Il est connu que l'équipe d'enquêteurs du KPK avait quitté l'Arabie saoudite pour chercher des preuves supplémentaires il y a quelques semaines. Là-bas, ils ont coordonné avec le ministère local du Hadj et de nombreuses parties.

« Les enquêteurs ont également interrogé et demandé des informations à un certain nombre de parties lors de leur visite en Arabie saoudite. Ainsi, la planification de l’examen aujourd’hui complètera ces informations », a déclaré le porte-parole du KPK, Budi Prasetyo, à des journalistes dans le bâtiment Merah Putih du KPK, Kuningan Persada, Jakarta Sud, mardi 16 décembre.

Ensuite, Yaqut sera également interrogé sur d’autres conclusions obtenues par les enquêteurs. « Ainsi, plus tard, si nous regardons la construction de la cause, cela part de l’ajout de 20 000 quotas d’hajj, qui sont ensuite discrétionnaires, la répartition est de 50% pour le régulier et 50% pour le spécial », a affirmé Budi.

En attendant, le directeur par intérim (Plt) de la division de l'application de la loi et de l'exécutif du KPK, Asep Guntur Rahayu, a déclaré que Yaqut sera aussi interrogeât sur les pertes de l'état.
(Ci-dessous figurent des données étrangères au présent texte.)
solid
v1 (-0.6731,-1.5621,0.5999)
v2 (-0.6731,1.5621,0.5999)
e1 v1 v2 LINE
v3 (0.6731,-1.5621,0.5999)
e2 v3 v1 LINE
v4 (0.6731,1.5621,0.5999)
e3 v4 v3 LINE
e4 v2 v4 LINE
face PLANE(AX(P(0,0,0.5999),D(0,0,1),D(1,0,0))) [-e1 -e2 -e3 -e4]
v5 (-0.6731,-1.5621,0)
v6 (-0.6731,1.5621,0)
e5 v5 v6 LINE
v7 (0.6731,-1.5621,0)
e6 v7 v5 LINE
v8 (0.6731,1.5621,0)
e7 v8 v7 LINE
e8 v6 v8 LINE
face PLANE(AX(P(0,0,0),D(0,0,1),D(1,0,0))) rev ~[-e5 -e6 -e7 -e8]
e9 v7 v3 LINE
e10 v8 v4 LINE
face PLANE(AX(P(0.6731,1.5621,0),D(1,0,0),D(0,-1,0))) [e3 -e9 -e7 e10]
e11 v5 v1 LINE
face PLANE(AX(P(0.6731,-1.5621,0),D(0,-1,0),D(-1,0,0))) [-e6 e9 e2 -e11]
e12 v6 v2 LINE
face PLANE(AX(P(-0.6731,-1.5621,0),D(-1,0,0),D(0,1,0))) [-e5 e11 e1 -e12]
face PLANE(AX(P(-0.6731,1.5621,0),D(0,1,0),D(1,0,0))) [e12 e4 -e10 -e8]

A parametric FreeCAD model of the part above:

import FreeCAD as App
import Part
import Sketcher
from FreeCAD import Vector
Q = App.Units.Quantity

doc = App.newDocument("Part")
params = doc.addObject("Spreadsheet::Sheet", "Params")
for row, (alias, value) in enumerate([
    ("sketch1_width", "0.053 in"),
    ("sketch1_height", "0.123 in"),
    ("pad1_length", "0.5999 mm"),
], start=1):
    params.set(f"A{row}", alias)
    params.set(f"B{row}", "=" + value)
    params.setAlias(f"B{row}", alias)

body = doc.addObject("PartDesign::Body", "Body")

# Sketch on XY plane
sketch1 = doc.addObject("Sketcher::SketchObject", "Sketch")
body.addObject(sketch1)
sketch1.AttachmentSupport = (doc.XY_Plane, [""])
sketch1.MapMode = "FlatFace"
sketch1.addGeometry(Part.LineSegment(Vector(0.7, 1.6, 0), Vector(-0.7, 1.6, 0)), False)
sketch1.addGeometry(Part.LineSegment(Vector(-0.7, 1.6, 0), Vector(-0.7, -1.6, 0)), False)
sketch1.addGeometry(Part.LineSegment(Vector(-0.7, -1.6, 0), Vector(0.7, -1.6, 0)), False)
sketch1.addGeometry(Part.LineSegment(Vector(0.7, -1.6, 0), Vector(0.7, 1.6, 0)), False)
sketch1.addConstraint(Sketcher.Constraint("Coincident", 0, 2, 1, 1))
sketch1.addConstraint(Sketcher.Constraint("Coincident", 1, 2, 2, 1))
sketch1.addConstraint(Sketcher.Constraint("Coincident", 2, 2, 3, 1))
sketch1.addConstraint(Sketcher.Constraint("Coincident", 3, 2, 0, 1))
sketch1.addConstraint(Sketcher.Constraint("Horizontal", 0))
sketch1.addConstraint(Sketcher.Constraint("Vertical", 1))
sketch1.addConstraint(Sketcher.Constraint("Horizontal", 2))
sketch1.addConstraint(Sketcher.Constraint("Vertical", 3))
sketch1.addConstraint(Sketcher.Constraint("Symmetric", 0, 2, 2, 2, -1, 1))
sketch1.addConstraint(Sketcher.Constraint("DistanceX", 0, 2, 0, 1, Q("0.053 in")))
sketch1.addConstraint(Sketcher.Constraint("DistanceY", 1, 2, 1, 1, Q("0.123 in")))
sketch1.setExpression("Constraints[9]", "Params.sketch1_width")
sketch1.setExpression("Constraints[10]", "Params.sketch1_height")
pad1 = doc.addObject("PartDesign::Pad", "Pad")
body.addObject(pad1)
pad1.Profile = sketch1
pad1.setExpression("Length", "Params.pad1_length")

doc.recompute()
Cependant, il n'a pas déclaré de manière précise.

« Nous enquêtons sur les pertes financières de l'État, oui », a-t-il affirmé aux journalistes lundi soir, 15 décembre.

Quant à Yaqut, il est arrivé au bâtiment Merah Putih KPK, Kuningan Persada, sud de Jakarta vers 11h42 WIB. Il est accompagné d'un certain nombre de personnes, dont Anna Hasbie en tant que porte-parole et Mellisa Anggraeni.
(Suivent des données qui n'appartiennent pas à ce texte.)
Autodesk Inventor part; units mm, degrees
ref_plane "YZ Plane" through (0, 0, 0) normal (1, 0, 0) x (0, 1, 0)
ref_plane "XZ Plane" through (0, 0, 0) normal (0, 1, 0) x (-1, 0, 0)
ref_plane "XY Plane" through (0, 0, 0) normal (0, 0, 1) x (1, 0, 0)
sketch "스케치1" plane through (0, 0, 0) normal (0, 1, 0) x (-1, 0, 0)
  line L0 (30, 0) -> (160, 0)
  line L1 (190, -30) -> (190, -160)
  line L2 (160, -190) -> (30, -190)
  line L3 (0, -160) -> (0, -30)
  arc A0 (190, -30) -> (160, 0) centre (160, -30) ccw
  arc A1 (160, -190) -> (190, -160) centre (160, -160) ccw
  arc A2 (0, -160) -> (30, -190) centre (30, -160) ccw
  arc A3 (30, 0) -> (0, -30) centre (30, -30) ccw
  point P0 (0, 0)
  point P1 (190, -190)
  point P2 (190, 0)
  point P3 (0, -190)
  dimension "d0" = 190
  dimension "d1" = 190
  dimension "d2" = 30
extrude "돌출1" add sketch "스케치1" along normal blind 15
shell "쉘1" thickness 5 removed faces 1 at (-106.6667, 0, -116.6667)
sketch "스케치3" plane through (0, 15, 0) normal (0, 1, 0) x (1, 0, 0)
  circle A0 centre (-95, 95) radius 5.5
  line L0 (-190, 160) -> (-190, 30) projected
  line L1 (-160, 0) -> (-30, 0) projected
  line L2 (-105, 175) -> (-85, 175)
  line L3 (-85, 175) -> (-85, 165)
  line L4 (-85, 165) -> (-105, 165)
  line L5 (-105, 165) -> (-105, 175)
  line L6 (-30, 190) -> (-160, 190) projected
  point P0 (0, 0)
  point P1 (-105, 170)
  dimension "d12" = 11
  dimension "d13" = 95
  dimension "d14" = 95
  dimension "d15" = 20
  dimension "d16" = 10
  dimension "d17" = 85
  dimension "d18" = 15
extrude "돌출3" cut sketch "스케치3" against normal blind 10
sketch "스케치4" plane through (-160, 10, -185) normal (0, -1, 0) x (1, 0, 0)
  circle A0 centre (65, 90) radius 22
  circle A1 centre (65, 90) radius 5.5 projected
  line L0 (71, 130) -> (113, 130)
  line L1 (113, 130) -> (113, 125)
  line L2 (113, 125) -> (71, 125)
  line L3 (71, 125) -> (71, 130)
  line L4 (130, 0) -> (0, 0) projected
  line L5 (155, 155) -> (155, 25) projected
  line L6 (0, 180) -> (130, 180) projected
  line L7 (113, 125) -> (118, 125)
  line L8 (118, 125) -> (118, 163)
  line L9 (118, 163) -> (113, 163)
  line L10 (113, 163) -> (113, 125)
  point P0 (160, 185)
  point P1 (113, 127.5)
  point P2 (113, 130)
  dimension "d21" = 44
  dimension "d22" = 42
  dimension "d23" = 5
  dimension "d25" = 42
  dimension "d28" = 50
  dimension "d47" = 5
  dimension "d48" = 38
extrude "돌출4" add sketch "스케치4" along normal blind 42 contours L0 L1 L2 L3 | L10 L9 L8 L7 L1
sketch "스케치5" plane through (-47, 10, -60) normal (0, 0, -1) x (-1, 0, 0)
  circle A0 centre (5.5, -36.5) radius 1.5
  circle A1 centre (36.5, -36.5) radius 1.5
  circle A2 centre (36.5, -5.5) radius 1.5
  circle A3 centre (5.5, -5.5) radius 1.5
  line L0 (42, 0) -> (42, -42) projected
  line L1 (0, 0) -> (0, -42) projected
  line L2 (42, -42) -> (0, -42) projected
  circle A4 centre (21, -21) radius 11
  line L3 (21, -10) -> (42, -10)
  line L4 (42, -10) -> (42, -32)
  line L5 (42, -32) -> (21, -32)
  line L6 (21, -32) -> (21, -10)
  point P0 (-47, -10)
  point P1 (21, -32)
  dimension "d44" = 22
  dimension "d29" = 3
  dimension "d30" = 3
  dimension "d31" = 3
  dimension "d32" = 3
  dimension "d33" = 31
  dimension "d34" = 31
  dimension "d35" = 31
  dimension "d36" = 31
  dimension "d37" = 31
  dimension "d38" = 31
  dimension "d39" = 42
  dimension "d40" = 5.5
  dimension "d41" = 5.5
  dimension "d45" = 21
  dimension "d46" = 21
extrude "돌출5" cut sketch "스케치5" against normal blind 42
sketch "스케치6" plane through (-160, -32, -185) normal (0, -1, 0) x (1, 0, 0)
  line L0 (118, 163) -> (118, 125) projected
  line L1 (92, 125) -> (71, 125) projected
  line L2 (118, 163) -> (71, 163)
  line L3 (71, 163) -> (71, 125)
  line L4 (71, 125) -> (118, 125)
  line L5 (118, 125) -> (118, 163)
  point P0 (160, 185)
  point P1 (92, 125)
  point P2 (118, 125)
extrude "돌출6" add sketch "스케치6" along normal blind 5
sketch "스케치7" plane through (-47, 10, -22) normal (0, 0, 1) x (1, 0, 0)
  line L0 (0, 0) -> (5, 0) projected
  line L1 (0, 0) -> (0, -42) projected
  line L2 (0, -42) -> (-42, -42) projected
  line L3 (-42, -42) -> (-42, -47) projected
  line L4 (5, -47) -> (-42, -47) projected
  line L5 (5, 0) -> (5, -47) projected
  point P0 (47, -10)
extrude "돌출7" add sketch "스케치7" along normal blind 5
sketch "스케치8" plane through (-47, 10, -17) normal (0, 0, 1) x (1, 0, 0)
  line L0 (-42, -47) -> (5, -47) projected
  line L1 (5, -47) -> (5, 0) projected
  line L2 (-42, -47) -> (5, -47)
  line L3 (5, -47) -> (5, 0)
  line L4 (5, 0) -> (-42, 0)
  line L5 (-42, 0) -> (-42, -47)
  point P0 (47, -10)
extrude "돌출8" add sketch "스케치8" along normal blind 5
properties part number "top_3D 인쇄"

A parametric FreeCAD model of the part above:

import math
import FreeCAD as App
import Part
import Sketcher

V = App.Vector
Q = App.Units.Quantity


def faces_at(feature, points):
    """Names of the faces that lie closest to the given points."""
    faces = feature.Shape.Faces
    near = lambda p: min(range(len(faces)), key=lambda i: faces[i].distToShape(Part.Vertex(*p))[0])
    return sorted({f"Face{near(p) + 1}" for p in points})

doc = App.newDocument("Part")
body = doc.addObject("PartDesign::Body", "Body")

# Sketch on XZ plane
sketch1 = doc.addObject("Sketcher::SketchObject", "Sketch")
body.addObject(sketch1)
sketch1.AttachmentSupport = (doc.XZ_Plane, [""])
sketch1.MapMode = "FlatFace"
sketch1.addGeometry(Part.LineSegment(V(-160, 0, 0), V(-30, 0, 0)), False)
sketch1.addGeometry(Part.ArcOfCircle(Part.Circle(V(-30, -30, 0), V(0, 0, 1), 30), math.radians(0), math.radians(90)), False)
sketch1.addGeometry(Part.LineSegment(V(0, -30, 0), V(0, -160, 0)), False)
sketch1.addGeometry(Part.ArcOfCircle(Part.Circle(V(-30, -160, 0), V(0, 0, 1), 30), math.radians(-90), math.radians(0)), False)
sketch1.addGeometry(Part.LineSegment(V(-30, -190, 0), V(-160, -190, 0)), False)
sketch1.addGeometry(Part.ArcOfCircle(Part.Circle(V(-160, -160, 0), V(0, 0, 1), 30), math.radians(180), math.radians(270)), False)
sketch1.addGeometry(Part.LineSegment(V(-190, -160, 0), V(-190, -30, 0)), False)
sketch1.addGeometry(Part.ArcOfCircle(Part.Circle(V(-160, -30, 0), V(0, 0, 1), 30), math.radians(90), math.radians(180)), False)
sketch1.addConstraint(Sketcher.Constraint("Tangent", 0, 2, 1, 2))
sketch1.addConstraint(Sketcher.Constraint("Tangent", 1, 1, 2, 1))
sketch1.addConstraint(Sketcher.Constraint("Tangent", 2, 2, 3, 2))
sketch1.addConstraint(Sketcher.Constraint("Tangent", 3, 1, 4, 1))
sketch1.addConstraint(Sketcher.Constraint("Tangent", 4, 2, 5, 2))
sketch1.addConstraint(Sketcher.Constraint("Tangent", 5, 1, 6, 1))
sketch1.addConstraint(Sketcher.Constraint("Tangent", 6, 2, 7, 2))
sketch1.addConstraint(Sketcher.Constraint("Tangent", 7, 1, 0, 1))
sketch1.addConstraint(Sketcher.Constraint("Horizontal", 0))
sketch1.addConstraint(Sketcher.Constraint("Vertical", 2))
sketch1.addConstraint(Sketcher.Constraint("Horizontal", 4))
sketch1.addConstraint(Sketcher.Constraint("Vertical", 6))
sketch1.addConstraint(Sketcher.Constraint("Equal", 1, 3))
sketch1.addConstraint(Sketcher.Constraint("Equal", 3, 5))
sketch1.addConstraint(Sketcher.Constraint("Equal", 5, 7))
sketch1.addConstraint(Sketcher.Constraint("PointOnObject", 0, 2, -1))
sketch1.addConstraint(Sketcher.Constraint("PointOnObject", 1, 1, -2))
sketch1.addConstraint(Sketcher.Constraint("Equal", 4, 2))
sketch1.addConstraint(Sketcher.Constraint("Radius", 1, Q("30 mm")))
sketch1.addConstraint(Sketcher.Constraint("DistanceY", 3, 1, -1, 1, Q("190 mm")))
pad1 = doc.addObject("PartDesign::Pad", "Pad")
body.addObject(pad1)
pad1.Profile = sketch1
pad1.Length = 15
pad1.Reversed = True
doc.recompute()

thickness = doc.addObject("PartDesign::Thickness", "Thickness")
body.addObject(thickness)
thickness.Base = (pad1, faces_at(pad1, [(-106.667, 0, -116.667)]))
thickness.Value = 5
thickness.Reversed = True
thickness.Join = "Intersection"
Yaqut n'a pas fait de déclaration lorsqu'il est arrivé au bureau de la commission anticorruption. En fait, il a semblé se dépêcher sans s'arrêter.
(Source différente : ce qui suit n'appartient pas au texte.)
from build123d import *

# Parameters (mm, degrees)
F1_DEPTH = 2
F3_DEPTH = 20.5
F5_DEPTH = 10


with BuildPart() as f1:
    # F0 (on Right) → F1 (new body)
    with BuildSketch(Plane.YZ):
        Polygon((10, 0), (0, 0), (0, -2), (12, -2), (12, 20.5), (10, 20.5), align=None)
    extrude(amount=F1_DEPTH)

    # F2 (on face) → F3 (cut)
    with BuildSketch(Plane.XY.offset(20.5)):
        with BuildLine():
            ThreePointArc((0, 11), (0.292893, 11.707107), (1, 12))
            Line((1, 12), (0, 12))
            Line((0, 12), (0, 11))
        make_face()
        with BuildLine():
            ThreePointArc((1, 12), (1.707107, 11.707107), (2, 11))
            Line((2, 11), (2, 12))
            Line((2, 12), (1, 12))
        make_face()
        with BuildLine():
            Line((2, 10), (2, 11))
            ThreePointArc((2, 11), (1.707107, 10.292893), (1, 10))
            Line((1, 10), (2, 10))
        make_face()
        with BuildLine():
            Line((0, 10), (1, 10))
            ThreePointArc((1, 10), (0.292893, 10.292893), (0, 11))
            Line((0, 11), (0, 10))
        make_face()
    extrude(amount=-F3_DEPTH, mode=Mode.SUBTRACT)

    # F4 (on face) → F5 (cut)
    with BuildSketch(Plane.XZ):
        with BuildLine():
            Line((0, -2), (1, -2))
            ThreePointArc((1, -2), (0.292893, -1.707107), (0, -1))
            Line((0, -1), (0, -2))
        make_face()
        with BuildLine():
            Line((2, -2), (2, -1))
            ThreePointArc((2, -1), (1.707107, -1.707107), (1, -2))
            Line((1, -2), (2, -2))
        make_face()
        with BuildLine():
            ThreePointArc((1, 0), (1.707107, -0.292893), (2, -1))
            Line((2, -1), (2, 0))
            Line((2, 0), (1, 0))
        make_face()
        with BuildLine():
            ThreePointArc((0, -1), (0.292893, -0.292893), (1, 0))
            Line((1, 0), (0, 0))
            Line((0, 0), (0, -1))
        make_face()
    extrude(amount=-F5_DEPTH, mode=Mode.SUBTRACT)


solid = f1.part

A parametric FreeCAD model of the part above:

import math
import FreeCAD as App
import Part
import Sketcher
Q = App.Units.Quantity


def add_polygon(sketch, points):
    """Adds a closed chain of lines whose ends are joined by coincident constraints."""
    first, n = sketch.GeometryCount, len(points)
    for a, b in zip(points, points[1:] + points[:1]):
        sketch.addGeometry(Part.LineSegment(App.Vector(*a, 0), App.Vector(*b, 0)), False)
    for i in range(n):
        sketch.addConstraint(Sketcher.Constraint("Coincident", first + i, 2, first + (i + 1) % n, 1))

doc = App.newDocument("Part")
body = doc.addObject("PartDesign::Body", "Body")

sketch1 = body.newObject("Sketcher::SketchObject", "Sketch")
sketch1.AttachmentSupport = (doc.getObject("YZ_Plane"), [""])
sketch1.MapMode = "FlatFace"
add_polygon(sketch1, [(10, 0), (0, 0), (0, -2), (12, -2), (12, 20.5), (10, 20.5)])
sketch1.addConstraint([
    Sketcher.Constraint("Horizontal", 0),
    Sketcher.Constraint("Vertical", 1),
    Sketcher.Constraint("Horizontal", 2),
    Sketcher.Constraint("Vertical", 3),
    Sketcher.Constraint("Horizontal", 4),
    Sketcher.Constraint("Vertical", 5),
    Sketcher.Constraint("Coincident", 0, 2, -1, 1),
    Sketcher.Constraint("Equal", 4, 1),
    Sketcher.Constraint("DistanceX", 0, 2, 0, 1, Q("10 mm")),
    Sketcher.Constraint("DistanceX", 2, 1, 2, 2, Q("12 mm")),
    Sketcher.Constraint("DistanceY", 3, 1, 3, 2, Q("22.5 mm")),
])
pad1 = body.newObject("PartDesign::Pad", "Pad")
pad1.Profile = sketch1
pad1.Length = 2

sketch2 = body.newObject("Sketcher::SketchObject", "Sketch001")
sketch2.AttachmentSupport = (doc.getObject("XY_Plane"), [""])
sketch2.MapMode = "FlatFace"
sketch2.AttachmentOffset = App.Placement(App.Vector(0, 0, 20.5), App.Rotation())
sketch2.addGeometry([
    Part.ArcOfCircle(Part.Circle(App.Vector(1, 11, 0), App.Vector(0, 0, 1), 1), math.radians(90), math.radians(180)),
    Part.LineSegment(App.Vector(1, 12, 0), App.Vector(0, 12, 0)),
    Part.LineSegment(App.Vector(0, 12, 0), App.Vector(0, 11, 0)),
    Part.ArcOfCircle(Part.Circle(App.Vector(1, 11, 0), App.Vector(0, 0, 1), 1), math.radians(0), math.radians(90)),
    Part.LineSegment(App.Vector(2, 11, 0), App.Vector(2, 12, 0)),
    Part.LineSegment(App.Vector(2, 12, 0), App.Vector(1, 12, 0)),
    Part.LineSegment(App.Vector(2, 10, 0), App.Vector(2, 11, 0)),
    Part.ArcOfCircle(Part.Circle(App.Vector(1, 11, 0), App.Vector(0, 0, 1), 1), math.radians(-90), math.radians(0)),
    Part.LineSegment(App.Vector(1, 10, 0), App.Vector(2, 10, 0)),
    Part.LineSegment(App.Vector(0, 10, 0), App.Vector(1, 10, 0)),
    Part.ArcOfCircle(Part.Circle(App.Vector(1, 11, 0), App.Vector(0, 0, 1), 1), math.radians(180), math.radians(270)),
    Part.LineSegment(App.Vector(0, 11, 0), App.Vector(0, 10, 0)),
], False)
sketch2.addConstraint([
    Sketcher.Constraint("Tangent", 0, 1, 1, 1),
    Sketcher.Constraint("Coincident", 1, 2, 2, 1),
    Sketcher.Constraint("Tangent", 2, 2, 0, 2),
    Sketcher.Constraint("Tangent", 3, 1, 4, 1),
    Sketcher.Constraint("Coincident", 4, 2, 5, 1),
    Sketcher.Constraint("Tangent", 5, 2, 3, 2),
    Sketcher.Constraint("Tangent", 6, 2, 7, 2),
    Sketcher.Constraint("Tangent", 7, 1, 8, 1),
    Sketcher.Constraint("Coincident", 8, 2, 6, 1),
    Sketcher.Constraint("Tangent", 9, 2, 10, 2),
    Sketcher.Constraint("Tangent", 10, 1, 11, 1),
    Sketcher.Constraint("Coincident", 11, 2, 9, 1),
    Sketcher.Constraint("Horizontal", 1),
    Sketcher.Constraint("Vertical", 2),
    Sketcher.Constraint("Vertical", 4),
    Sketcher.Constraint("Horizontal", 5),
    Sketcher.Constraint("Vertical", 6),
    Sketcher.Constraint("Horizontal", 8),
    Sketcher.Constraint("Horizontal", 9),
    Sketcher.Constraint("Vertical", 11),
    Sketcher.Constraint("Coincident", 3, 3, 0, 3),
    Sketcher.Constraint("Coincident", 7, 3, 0, 3),
    Sketcher.Constraint("Coincident", 10, 3, 0, 3),
    Sketcher.Constraint("Equal", 0, 3),
    Sketcher.Constraint("Equal", 3, 7),
    Sketcher.Constraint("Equal", 7, 10),
    Sketcher.Constraint("PointOnObject", 1, 2, -2),
    Sketcher.Constraint("Radius", 0, Q("0.999999 mm")),
    Sketcher.Constraint("DistanceY", -1, 1, 0, 3, Q("11.000001 mm")),
])
pocket1 = body.newObject("PartDesign::Pocket", "Pocket")
pocket1.Profile = sketch2
pocket1.Length = 20.5

sketch3 = body.newObject("Sketcher::SketchObject", "Sketch002")
sketch3.AttachmentSupport = (doc.getObject("XZ_Plane"), [""])
sketch3.MapMode = "FlatFace"
sketch3.addGeometry([
    Part.LineSegment(App.Vector(0, -2, 0), App.Vector(1, -2, 0)),
    Part.ArcOfCircle(Part.Circle(App.Vector(1, -1, 0), App.Vector(0, 0, 1), 1), math.radians(180), math.radians(270)),
    Part.LineSegment(App.Vector(0, -1, 0), App.Vector(0, -2, 0)),
    Part.LineSegment(App.Vector(2, -2, 0), App.Vector(2, -1, 0)),
    Part.ArcOfCircle(Part.Circle(App.Vector(1, -1, 0), App.Vector(0, 0, 1), 1), math.radians(-90), math.radians(0)),
    Part.LineSegment(App.Vector(1, -2, 0), App.Vector(2, -2, 0)),
    Part.ArcOfCircle(Part.Circle(App.Vector(1, -1, 0), App.Vector(0, 0, 1), 1), math.radians(0), math.radians(90)),
    Part.LineSegment(App.Vector(2, -1, 0), App.Vector(2, 0, 0)),
    Part.LineSegment(App.Vector(2, 0, 0), App.Vector(1, 0, 0)),
    Part.ArcOfCircle(Part.Circle(App.Vector(1, -1, 0), App.Vector(0, 0, 1), 1), math.radians(90), math.radians(180)),
    Part.LineSegment(App.Vector(1, 0, 0), App.Vector(0, 0, 0)),
    Part.LineSegment(App.Vector(0, 0, 0), App.Vector(0, -1, 0)),
], False)
sketch3.addConstraint([
    Sketcher.Constraint("Tangent", 0, 2, 1, 2),
    Sketcher.Constraint("Tangent", 1, 1, 2, 1),
    Sketcher.Constraint("Coincident", 2, 2, 0, 1),
    Sketcher.Constraint("Tangent", 3, 2, 4, 2),
    Sketcher.Constraint("Tangent", 4, 1, 5, 1),
    Sketcher.Constraint("Coincident", 5, 2, 3, 1),
    Sketcher.Constraint("Tangent", 6, 1, 7, 1),
    Sketcher.Constraint("Coincident", 7, 2, 8, 1),
    Sketcher.Constraint("Tangent", 8, 2, 6, 2),
    Sketcher.Constraint("Tangent", 9, 1, 10, 1),
    Sketcher.Constraint("Coincident", 10, 2, 11, 1),
    Sketcher.Constraint("Tangent", 11, 2, 9, 2),
    Sketcher.Constraint("Horizontal", 0),
    Sketcher.Constraint("Vertical", 2),
    Sketcher.Constraint("Vertical", 3),
    Sketcher.Constraint("Horizontal", 5),
    Sketcher.Constraint("Vertical", 7),
    Sketcher.Constraint("Horizontal", 8),
    Sketcher.Constraint("Horizontal", 10),
    Sketcher.Constraint("Vertical", 11),
    Sketcher.Constraint("Coincident", 10, 2, -1, 1),
    Sketcher.Constraint("Coincident", 4, 3, 1, 3),
    Sketcher.Constraint("Coincident", 6, 3, 1, 3),
    Sketcher.Constraint("Coincident", 9, 3, 1, 3),
    Sketcher.Constraint("Equal", 1, 4),
    Sketcher.Constraint("Equal", 4, 6),
    Sketcher.Constraint("Equal", 6, 9),
    Sketcher.Constraint("Radius", 1, Q("0.999999 mm")),
])
pocket2 = body.newObject("PartDesign::Pocket", "Pocket001")
pocket2.Profile = sketch3
pocket2.Length = 10

doc.recompute()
« S'il vous plaît, oui, s'il vous plaît, je vais entrer, s'il vous plaît », a-t-il dit en se dépêchant.

Comme l'a précédemment rapporté le KPK, il a publié une ordonnance générale d'enquête (sprindik) sur des allégations de corruption concernant l'ajout de quotas et l'organisation du Hadj. L'institution a justifié cette publication par le fait qu'elle pouvait mener des actions coercitives.

Sprindik général utilise l'article 2, paragraphe 1 et/ou l'article 3 de la loi n° 31 de 1999 sur l'éradication de la corruption, telle que modifiée par la loi n° 20 de 2021 jo 55, paragraphe 1, du Code pénal. Cela signifie qu'il y a un préjudice à l'État causé par cette pratique de corruption.

Les pertes de l'État dans le cas de la corruption des quotas et de l'organisation du Hadj pour la période 2023-2024 atteindraient plus de 1 trillion de roupies. Ce montant augmente cependant encore car il s'agit seulement du premier calcul du KPK qui continue de coordonner avec l'Autorité de contrôle budgétaire (BPK).

L'affaire a commencé par la remise de 20 000 quotas supplémentaires pour le Hadj du gouvernement saoudien à l'Indonésie afin de réduire la file d'attente des pèlerins.

Mais plus tard, la distribution s’est avérée problémée car elle était partagée egalement, à savoir 50 pourcent pour le Hadj regulier et 50 pourcent pour le Hadj spécial. Pourtant, selon la loi, la partagée devrait être de 92 pourcent pour le Hadj regulier et 8 pourcent pour le Hadj spécial.